# SAD NEWS!! :(



## JazzaJazJaz (Sep 12, 2010)

Hi girls,
Okay.....here goes. I'm Jasmine, 26 years old, recently married to my partner of 6 years. Four of those years, we have been ttc, but have, so far, not got PG. I'm the problem, I'm the infertile one. Unexplained infertility. However, the wonderful DH is keeping my spirits up (he is WONDERFUL) and a couple of times a week, we have BMS. Just to try and see if a miracle occurs. Fat chance with me. I don't like to talk about my treatment if thats okay, as it makes me upset. Every couple around us seem to have either had a baby or announced a PG this year. It's getting me down. Has anyone else felt like this? Has anyone got tips on how to cope with seeing my SIL's new baby girl? 
Thanks,
Jaz


----------



## Jennyloola (Aug 2, 2010)

Hi Jaz

Just wanted to say hi and give you a big  .  I know what you mean about everyone else seeming to be PG around you.  It's sooooo hard not to become bitter and upset  .  Hopefully though it will just mean that you will appreciate it all the more once your turn comes round (and it WILL come around!).

Perhaps once you've been on here a little while and get to know everyone you will find the strength to discuss your treatments etc... and find support and encouragement from the other ladies on here.

I think this is a fantastic site (I'm fairly new to it myself) and I've found nothing but advice, friendliness and strength from the other members.

I wish you all the very best in your journey.  I'm sure we will all get there in the end  

Love Loola
x


----------



## tracey123 (Jul 25, 2010)

Hello, Jaz!

We have been trying to conceive for almost 3 years, and like you I sometimes find it really difficult when everyone around me seems to be getting pregnant just by thinking about it! So, I wasn't sure how I would react when my twin nephews were born in June. 

Everything was ok to start with and I was so thrilled for them, but the day they came home I ended up in tears in their bathroom.
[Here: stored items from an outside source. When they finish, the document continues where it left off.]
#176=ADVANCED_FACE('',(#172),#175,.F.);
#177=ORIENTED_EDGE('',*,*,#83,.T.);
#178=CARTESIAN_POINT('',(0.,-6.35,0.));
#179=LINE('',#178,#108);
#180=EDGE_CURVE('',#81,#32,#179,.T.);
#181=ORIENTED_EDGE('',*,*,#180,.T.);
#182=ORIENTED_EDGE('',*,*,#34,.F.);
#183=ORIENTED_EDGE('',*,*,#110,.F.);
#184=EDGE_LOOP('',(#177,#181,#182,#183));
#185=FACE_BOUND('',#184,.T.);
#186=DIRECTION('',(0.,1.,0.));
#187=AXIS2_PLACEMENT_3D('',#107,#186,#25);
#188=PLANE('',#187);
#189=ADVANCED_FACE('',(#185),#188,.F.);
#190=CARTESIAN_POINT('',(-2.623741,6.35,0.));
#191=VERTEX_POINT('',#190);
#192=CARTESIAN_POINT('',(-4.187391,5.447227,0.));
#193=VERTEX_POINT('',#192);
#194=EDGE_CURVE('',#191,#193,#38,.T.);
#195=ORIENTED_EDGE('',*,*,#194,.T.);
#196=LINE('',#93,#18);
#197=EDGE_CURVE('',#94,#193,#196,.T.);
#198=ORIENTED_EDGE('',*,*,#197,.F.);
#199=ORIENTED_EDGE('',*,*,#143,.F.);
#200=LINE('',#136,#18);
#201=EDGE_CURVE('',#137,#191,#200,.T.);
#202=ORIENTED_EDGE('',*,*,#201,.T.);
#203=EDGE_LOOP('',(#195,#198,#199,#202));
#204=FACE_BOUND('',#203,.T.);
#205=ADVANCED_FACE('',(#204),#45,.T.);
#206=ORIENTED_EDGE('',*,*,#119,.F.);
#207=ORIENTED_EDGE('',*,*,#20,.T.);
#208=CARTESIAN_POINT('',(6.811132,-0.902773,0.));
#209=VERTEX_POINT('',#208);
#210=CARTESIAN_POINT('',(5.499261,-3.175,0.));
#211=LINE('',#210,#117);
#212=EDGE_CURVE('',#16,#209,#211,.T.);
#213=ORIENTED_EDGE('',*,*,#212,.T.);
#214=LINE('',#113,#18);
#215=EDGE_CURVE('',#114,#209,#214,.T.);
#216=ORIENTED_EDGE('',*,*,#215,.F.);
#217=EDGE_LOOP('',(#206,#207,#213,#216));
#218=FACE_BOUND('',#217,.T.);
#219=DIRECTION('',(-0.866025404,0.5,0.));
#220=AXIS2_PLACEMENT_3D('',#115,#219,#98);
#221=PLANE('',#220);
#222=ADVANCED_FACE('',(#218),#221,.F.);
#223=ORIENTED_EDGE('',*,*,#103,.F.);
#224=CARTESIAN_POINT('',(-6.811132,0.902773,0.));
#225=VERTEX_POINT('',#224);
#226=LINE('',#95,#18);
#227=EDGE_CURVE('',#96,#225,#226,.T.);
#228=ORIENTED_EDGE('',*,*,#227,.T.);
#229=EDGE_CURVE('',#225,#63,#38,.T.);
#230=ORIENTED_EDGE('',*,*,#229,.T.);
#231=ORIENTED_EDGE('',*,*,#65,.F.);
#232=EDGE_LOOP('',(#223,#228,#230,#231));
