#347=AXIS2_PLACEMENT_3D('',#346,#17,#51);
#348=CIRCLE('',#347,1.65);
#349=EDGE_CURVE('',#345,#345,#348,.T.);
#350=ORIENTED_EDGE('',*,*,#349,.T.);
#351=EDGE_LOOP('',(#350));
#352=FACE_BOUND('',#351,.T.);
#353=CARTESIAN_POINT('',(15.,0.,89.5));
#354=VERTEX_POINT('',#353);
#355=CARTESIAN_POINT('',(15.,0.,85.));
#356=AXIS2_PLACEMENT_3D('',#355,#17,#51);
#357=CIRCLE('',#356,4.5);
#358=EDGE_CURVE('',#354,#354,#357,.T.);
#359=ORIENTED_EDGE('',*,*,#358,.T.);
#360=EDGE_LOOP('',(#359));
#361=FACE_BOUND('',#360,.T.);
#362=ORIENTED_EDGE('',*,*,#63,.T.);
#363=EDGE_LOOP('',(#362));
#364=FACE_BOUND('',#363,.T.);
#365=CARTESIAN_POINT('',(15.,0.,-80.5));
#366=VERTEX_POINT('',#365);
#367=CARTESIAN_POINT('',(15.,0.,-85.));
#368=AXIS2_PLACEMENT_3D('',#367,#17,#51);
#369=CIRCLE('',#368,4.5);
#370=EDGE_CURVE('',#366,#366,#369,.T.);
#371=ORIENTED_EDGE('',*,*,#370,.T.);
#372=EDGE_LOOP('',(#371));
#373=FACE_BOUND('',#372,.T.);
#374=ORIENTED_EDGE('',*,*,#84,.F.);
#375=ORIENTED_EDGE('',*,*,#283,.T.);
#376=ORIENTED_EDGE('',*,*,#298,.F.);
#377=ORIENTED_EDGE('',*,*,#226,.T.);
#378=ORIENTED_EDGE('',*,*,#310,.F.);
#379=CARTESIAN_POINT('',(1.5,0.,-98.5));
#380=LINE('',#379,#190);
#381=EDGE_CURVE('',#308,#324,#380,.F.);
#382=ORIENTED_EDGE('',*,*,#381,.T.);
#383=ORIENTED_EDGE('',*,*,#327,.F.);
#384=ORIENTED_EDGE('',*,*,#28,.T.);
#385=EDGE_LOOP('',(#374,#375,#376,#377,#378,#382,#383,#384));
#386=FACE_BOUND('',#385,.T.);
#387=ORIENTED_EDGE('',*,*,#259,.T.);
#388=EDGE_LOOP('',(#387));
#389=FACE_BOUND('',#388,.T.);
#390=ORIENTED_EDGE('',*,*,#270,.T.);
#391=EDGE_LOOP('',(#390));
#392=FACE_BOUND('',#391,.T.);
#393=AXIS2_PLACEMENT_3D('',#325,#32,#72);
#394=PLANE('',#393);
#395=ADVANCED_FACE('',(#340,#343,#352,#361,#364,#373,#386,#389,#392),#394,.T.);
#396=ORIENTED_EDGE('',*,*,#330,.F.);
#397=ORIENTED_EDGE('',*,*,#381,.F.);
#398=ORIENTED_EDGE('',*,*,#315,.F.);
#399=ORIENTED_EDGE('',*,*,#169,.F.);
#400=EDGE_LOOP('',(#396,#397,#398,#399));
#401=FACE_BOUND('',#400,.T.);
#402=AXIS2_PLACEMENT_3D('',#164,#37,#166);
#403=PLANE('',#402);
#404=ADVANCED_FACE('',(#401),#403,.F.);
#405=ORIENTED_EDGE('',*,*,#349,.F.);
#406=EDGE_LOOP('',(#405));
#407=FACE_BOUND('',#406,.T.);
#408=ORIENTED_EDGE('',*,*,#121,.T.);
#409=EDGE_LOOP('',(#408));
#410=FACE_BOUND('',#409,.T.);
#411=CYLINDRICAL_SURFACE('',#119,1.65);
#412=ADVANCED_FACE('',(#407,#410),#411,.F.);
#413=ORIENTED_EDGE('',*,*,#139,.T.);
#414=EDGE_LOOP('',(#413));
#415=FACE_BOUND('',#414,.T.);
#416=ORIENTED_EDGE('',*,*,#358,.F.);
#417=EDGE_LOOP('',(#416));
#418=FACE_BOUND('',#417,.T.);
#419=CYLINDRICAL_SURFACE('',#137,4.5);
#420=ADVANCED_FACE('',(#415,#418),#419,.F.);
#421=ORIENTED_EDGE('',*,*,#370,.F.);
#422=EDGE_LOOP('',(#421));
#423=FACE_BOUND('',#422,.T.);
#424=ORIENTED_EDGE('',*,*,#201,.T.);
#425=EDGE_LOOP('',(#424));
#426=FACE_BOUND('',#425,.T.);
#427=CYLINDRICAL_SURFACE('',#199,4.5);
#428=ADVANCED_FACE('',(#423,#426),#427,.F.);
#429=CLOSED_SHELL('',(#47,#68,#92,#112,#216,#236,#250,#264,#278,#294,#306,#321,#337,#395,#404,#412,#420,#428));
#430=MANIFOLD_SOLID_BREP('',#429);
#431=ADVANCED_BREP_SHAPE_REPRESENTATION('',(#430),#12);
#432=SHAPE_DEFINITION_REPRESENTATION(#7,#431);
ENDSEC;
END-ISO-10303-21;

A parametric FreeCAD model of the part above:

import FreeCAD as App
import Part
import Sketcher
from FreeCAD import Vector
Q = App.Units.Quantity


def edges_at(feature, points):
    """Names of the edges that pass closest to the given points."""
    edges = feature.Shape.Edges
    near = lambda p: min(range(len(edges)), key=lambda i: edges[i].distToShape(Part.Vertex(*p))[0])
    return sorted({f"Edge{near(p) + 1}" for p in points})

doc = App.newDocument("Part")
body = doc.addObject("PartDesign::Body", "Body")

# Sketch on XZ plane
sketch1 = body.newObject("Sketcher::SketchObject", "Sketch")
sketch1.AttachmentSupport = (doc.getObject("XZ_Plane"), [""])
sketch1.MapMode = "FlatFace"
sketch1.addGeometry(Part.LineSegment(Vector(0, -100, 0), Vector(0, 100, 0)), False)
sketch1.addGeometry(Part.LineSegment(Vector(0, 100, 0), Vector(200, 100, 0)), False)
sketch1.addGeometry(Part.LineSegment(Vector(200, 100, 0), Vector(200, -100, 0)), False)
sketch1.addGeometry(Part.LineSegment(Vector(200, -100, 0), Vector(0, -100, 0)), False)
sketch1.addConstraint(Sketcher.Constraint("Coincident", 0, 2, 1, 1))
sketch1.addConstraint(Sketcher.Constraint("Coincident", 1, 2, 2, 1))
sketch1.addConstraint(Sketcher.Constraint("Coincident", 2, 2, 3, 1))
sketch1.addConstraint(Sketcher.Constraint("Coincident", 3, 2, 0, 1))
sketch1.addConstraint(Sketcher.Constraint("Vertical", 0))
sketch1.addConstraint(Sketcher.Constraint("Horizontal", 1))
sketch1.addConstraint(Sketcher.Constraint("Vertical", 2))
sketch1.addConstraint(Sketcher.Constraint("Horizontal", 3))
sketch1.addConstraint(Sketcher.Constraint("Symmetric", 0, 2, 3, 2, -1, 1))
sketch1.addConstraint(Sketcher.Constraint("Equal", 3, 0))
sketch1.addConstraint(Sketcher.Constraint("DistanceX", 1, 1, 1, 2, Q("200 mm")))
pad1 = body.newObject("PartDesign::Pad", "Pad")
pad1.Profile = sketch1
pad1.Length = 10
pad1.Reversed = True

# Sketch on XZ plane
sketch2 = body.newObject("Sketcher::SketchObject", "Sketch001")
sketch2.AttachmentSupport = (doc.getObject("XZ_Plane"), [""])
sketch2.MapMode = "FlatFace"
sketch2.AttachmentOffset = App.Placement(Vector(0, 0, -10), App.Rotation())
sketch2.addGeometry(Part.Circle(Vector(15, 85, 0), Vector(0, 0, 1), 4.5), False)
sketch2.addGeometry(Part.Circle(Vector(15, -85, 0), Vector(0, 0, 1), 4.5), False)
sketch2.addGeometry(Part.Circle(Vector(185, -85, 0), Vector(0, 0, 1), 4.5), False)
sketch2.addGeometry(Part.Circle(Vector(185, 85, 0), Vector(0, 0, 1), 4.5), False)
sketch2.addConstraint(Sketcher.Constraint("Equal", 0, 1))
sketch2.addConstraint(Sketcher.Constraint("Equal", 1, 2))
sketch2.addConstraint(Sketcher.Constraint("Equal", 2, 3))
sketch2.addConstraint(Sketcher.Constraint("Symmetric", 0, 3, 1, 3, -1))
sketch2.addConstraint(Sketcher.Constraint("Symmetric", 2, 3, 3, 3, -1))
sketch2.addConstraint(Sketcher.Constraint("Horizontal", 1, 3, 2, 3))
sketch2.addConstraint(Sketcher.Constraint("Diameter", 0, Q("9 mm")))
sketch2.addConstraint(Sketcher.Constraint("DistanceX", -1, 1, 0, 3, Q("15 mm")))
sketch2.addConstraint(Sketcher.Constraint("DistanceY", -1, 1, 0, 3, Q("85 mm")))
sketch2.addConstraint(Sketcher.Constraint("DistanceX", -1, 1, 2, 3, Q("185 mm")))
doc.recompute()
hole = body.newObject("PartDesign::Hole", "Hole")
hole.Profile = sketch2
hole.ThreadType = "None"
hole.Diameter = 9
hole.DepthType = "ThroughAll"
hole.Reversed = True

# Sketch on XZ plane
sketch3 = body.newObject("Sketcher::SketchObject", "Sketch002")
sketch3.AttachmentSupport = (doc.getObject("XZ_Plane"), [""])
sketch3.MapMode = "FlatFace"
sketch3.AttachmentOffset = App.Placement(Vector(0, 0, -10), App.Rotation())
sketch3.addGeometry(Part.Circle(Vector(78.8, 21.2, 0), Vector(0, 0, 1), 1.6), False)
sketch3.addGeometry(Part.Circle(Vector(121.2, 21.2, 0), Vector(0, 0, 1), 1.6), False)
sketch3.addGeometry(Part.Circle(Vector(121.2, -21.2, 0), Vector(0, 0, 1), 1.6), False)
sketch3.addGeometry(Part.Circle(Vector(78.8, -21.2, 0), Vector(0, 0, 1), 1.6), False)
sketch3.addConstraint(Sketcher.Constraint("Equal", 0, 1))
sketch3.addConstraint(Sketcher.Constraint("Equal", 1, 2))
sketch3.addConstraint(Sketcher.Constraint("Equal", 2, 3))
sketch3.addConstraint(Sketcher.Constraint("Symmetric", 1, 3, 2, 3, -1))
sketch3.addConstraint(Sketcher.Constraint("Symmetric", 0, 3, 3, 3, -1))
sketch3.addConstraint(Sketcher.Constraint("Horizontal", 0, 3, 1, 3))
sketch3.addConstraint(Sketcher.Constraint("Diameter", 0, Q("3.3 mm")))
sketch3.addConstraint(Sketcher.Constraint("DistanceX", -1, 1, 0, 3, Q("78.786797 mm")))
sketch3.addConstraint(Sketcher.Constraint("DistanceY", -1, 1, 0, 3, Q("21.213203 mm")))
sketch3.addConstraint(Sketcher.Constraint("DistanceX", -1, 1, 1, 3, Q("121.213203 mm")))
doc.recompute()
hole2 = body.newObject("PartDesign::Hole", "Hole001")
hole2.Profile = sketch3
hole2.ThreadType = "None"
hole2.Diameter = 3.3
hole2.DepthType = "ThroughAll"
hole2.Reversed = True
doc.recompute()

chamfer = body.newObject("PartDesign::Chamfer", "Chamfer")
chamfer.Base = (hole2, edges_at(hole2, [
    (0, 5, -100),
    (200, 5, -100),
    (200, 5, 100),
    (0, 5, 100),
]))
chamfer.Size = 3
My brother knows about our situation and came up to see me - I explained how I was so happy for them, but feeling so empty and upset for me and DH as we don't know if we will ever have children of our own. He let me cry on his shoulder and gave me a big hug - bless him, he was brilliant.  I could have chosen to avoid seeing them too often in case I got upset again and miss out on their early years, but I decided that I wanted to be a big part of their lives and help look after them.  Those boys, and their 3 year old sister are a real blessing to us, and if we don't have our own babies, we have the joy of cuddles, nappies, feeds, and now smiles!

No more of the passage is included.